A remarkable study from researchers at the Salk Institute has uncovered a profound new insight into how our circadian rhythms are regulated through light-sensing mechanisms within our eyes. The research could lead to new ways to combat insomnia and help reset the internal clocks of people with disrupted circadian rhythms.

We know that our circadian rhythms are fundamentally driven by exposure to light, and we also know that artificial blue light can disrupt those natural 24-hour rhythms. But how do our bodies actively sense light and adapt their circadian rhythm accordingly? Well, it comes down to a small volume of retinal cells in the back of our eyes and a recently discovered light-sensitive retinal protein called melanopsin.

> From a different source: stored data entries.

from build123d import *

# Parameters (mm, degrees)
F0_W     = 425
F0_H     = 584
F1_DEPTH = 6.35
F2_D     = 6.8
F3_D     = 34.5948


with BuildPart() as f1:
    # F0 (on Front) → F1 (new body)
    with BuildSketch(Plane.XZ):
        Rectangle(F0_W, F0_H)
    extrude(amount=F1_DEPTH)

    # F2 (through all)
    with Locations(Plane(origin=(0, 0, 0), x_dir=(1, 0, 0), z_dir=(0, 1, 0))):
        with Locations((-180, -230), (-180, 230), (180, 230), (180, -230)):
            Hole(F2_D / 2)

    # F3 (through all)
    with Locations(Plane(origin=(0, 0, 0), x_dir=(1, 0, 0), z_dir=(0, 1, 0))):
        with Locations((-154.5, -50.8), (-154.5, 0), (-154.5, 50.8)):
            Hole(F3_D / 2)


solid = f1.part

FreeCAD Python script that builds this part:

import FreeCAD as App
import Part
import Sketcher

V = App.Vector
Q = App.Units.Quantity


def add_polygon(sketch, points):
    """Adds a closed chain of lines whose ends are joined by coincident constraints."""
    first, n = sketch.GeometryCount, len(points)
    for a, b in zip(points, points[1:] + points[:1]):
        sketch.addGeometry(Part.LineSegment(App.Vector(*a, 0), App.Vector(*b, 0)), False)
    for i in range(n):
        sketch.addConstraint(Sketcher.Constraint("Coincident", first + i, 2, first + (i + 1) % n, 1))

doc = App.newDocument("Part")
body = doc.addObject("PartDesign::Body", "Body")

sketch1 = body.newObject("Sketcher::SketchObject", "Sketch")
sketch1.AttachmentSupport = (doc.getObject("XZ_Plane"), [""])
sketch1.MapMode = "FlatFace"
add_polygon(sketch1, [(-212, 292), (-212, -292), (212, -292), (212, 292)])
sketch1.addConstraint(Sketcher.Constraint("Vertical", 0))
sketch1.addConstraint(Sketcher.Constraint("Horizontal", 1))
sketch1.addConstraint(Sketcher.Constraint("Vertical", 2))
sketch1.addConstraint(Sketcher.Constraint("Horizontal", 3))
sketch1.addConstraint(Sketcher.Constraint("Symmetric", 0, 2, 2, 2, -1, 1))
sketch1.addConstraint(Sketcher.Constraint("DistanceX", 1, 1, 1, 2, Q("425 mm")))
sketch1.addConstraint(Sketcher.Constraint("DistanceY", 0, 2, 0, 1, Q("584 mm")))
pad1 = body.newObject("PartDesign::Pad", "Pad")
pad1.Profile = sketch1
pad1.Length = 6.35

sketch2 = body.newObject("Sketcher::SketchObject", "Sketch001")
sketch2.AttachmentSupport = (doc.getObject("XZ_Plane"), [""])
sketch2.MapMode = "FlatFace"
sketch2.addGeometry(Part.Circle(V(-180, 230, 0), V(0, 0, 1), 3.4), False)
sketch2.addGeometry(Part.Circle(V(-180, -230, 0), V(0, 0, 1), 3.4), False)
sketch2.addGeometry(Part.Circle(V(180, -230, 0), V(0, 0, 1), 3.4), False)
sketch2.addGeometry(Part.Circle(V(180, 230, 0), V(0, 0, 1), 3.4), False)
sketch2.addConstraint(Sketcher.Constraint("Equal", 0, 1))
sketch2.addConstraint(Sketcher.Constraint("Equal", 1, 2))
sketch2.addConstraint(Sketcher.Constraint("Equal", 2, 3))
sketch2.addConstraint(Sketcher.Constraint("Symmetric", 0, 3, 2, 3, -1, 1))
sketch2.addConstraint(Sketcher.Constraint("Symmetric", 1, 3, 3, 3, -1, 1))
sketch2.addConstraint(Sketcher.Constraint("Symmetric", 1, 3, 2, 3, -2))
sketch2.addConstraint(Sketcher.Constraint("Diameter", 0, Q("6.8 mm")))
sketch2.addConstraint(Sketcher.Constraint("DistanceX", 0, 3, -1, 1, Q("180 mm")))
sketch2.addConstraint(Sketcher.Constraint("DistanceY", -1, 1, 0, 3, Q("230 mm")))
doc.recompute()
hole = body.newObject("PartDesign::Hole", "Hole")
hole.Profile = sketch2
hole.ThreadType = "None"
hole.Diameter = 6.8
hole.DepthType = "ThroughAll"
hole.Reversed = True

sketch3 = body.newObject("Sketcher::SketchObject", "Sketch002")
sketch3.AttachmentSupport = (doc.getObject("XZ_Plane"), [""])
sketch3.MapMode = "FlatFace"
sketch3.addGeometry(Part.Circle(V(-154, 51, 0), V(0, 0, 1), 17), False)
sketch3.addGeometry(Part.Circle(V(-154, 0, 0), V(0, 0, 1), 17), False)
sketch3.addGeometry(Part.Circle(V(-154, -51, 0), V(0, 0, 1), 17), False)
sketch3.addConstraint(Sketcher.Constraint("Equal", 0, 1))
sketch3.addConstraint(Sketcher.Constraint("Equal", 1, 2))
sketch3.addConstraint(Sketcher.Constraint("Symmetric", 0, 3, 2, 3, -1))
sketch3.addConstraint(Sketcher.Constraint("PointOnObject", 1, 3, -1))
sketch3.addConstraint(Sketcher.Constraint("Vertical", 0, 3, 1, 3))
sketch3.addConstraint(Sketcher.Constraint("Diameter", 0, Q("34.5948 mm")))
sketch3.addConstraint(Sketcher.Constraint("DistanceX", 0, 3, -1, 1, Q("154.5 mm")))
sketch3.addConstraint(Sketcher.Constraint("DistanceY", -1, 1, 0, 3, Q("50.8 mm")))
doc.recompute()
hole2 = body.newObject("PartDesign::Hole", "Hole001")
hole2.Profile = sketch3
hole2.ThreadType = "None"
hole2.Diameter = 34.5948
hole2.DepthType = "ThroughAll"
hole2.Reversed = True

doc.recompute()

Melanopsin was only identified less than two decades ago and its discovery helped define a new class of retinal cells. Alongside the rods and cones in our eyes we have a small amount of innately photosensitive cells. These cells are designed to not help us see, but rather sense light as part of our circadian management system.

When these specific retinal cells sense light, they produce melanopsin, which directly tells certain parts of our brain to stay awake and alert. As well as suppressing melatonin, melanopsin has been found to help regulate and set our body's circadian rhythm.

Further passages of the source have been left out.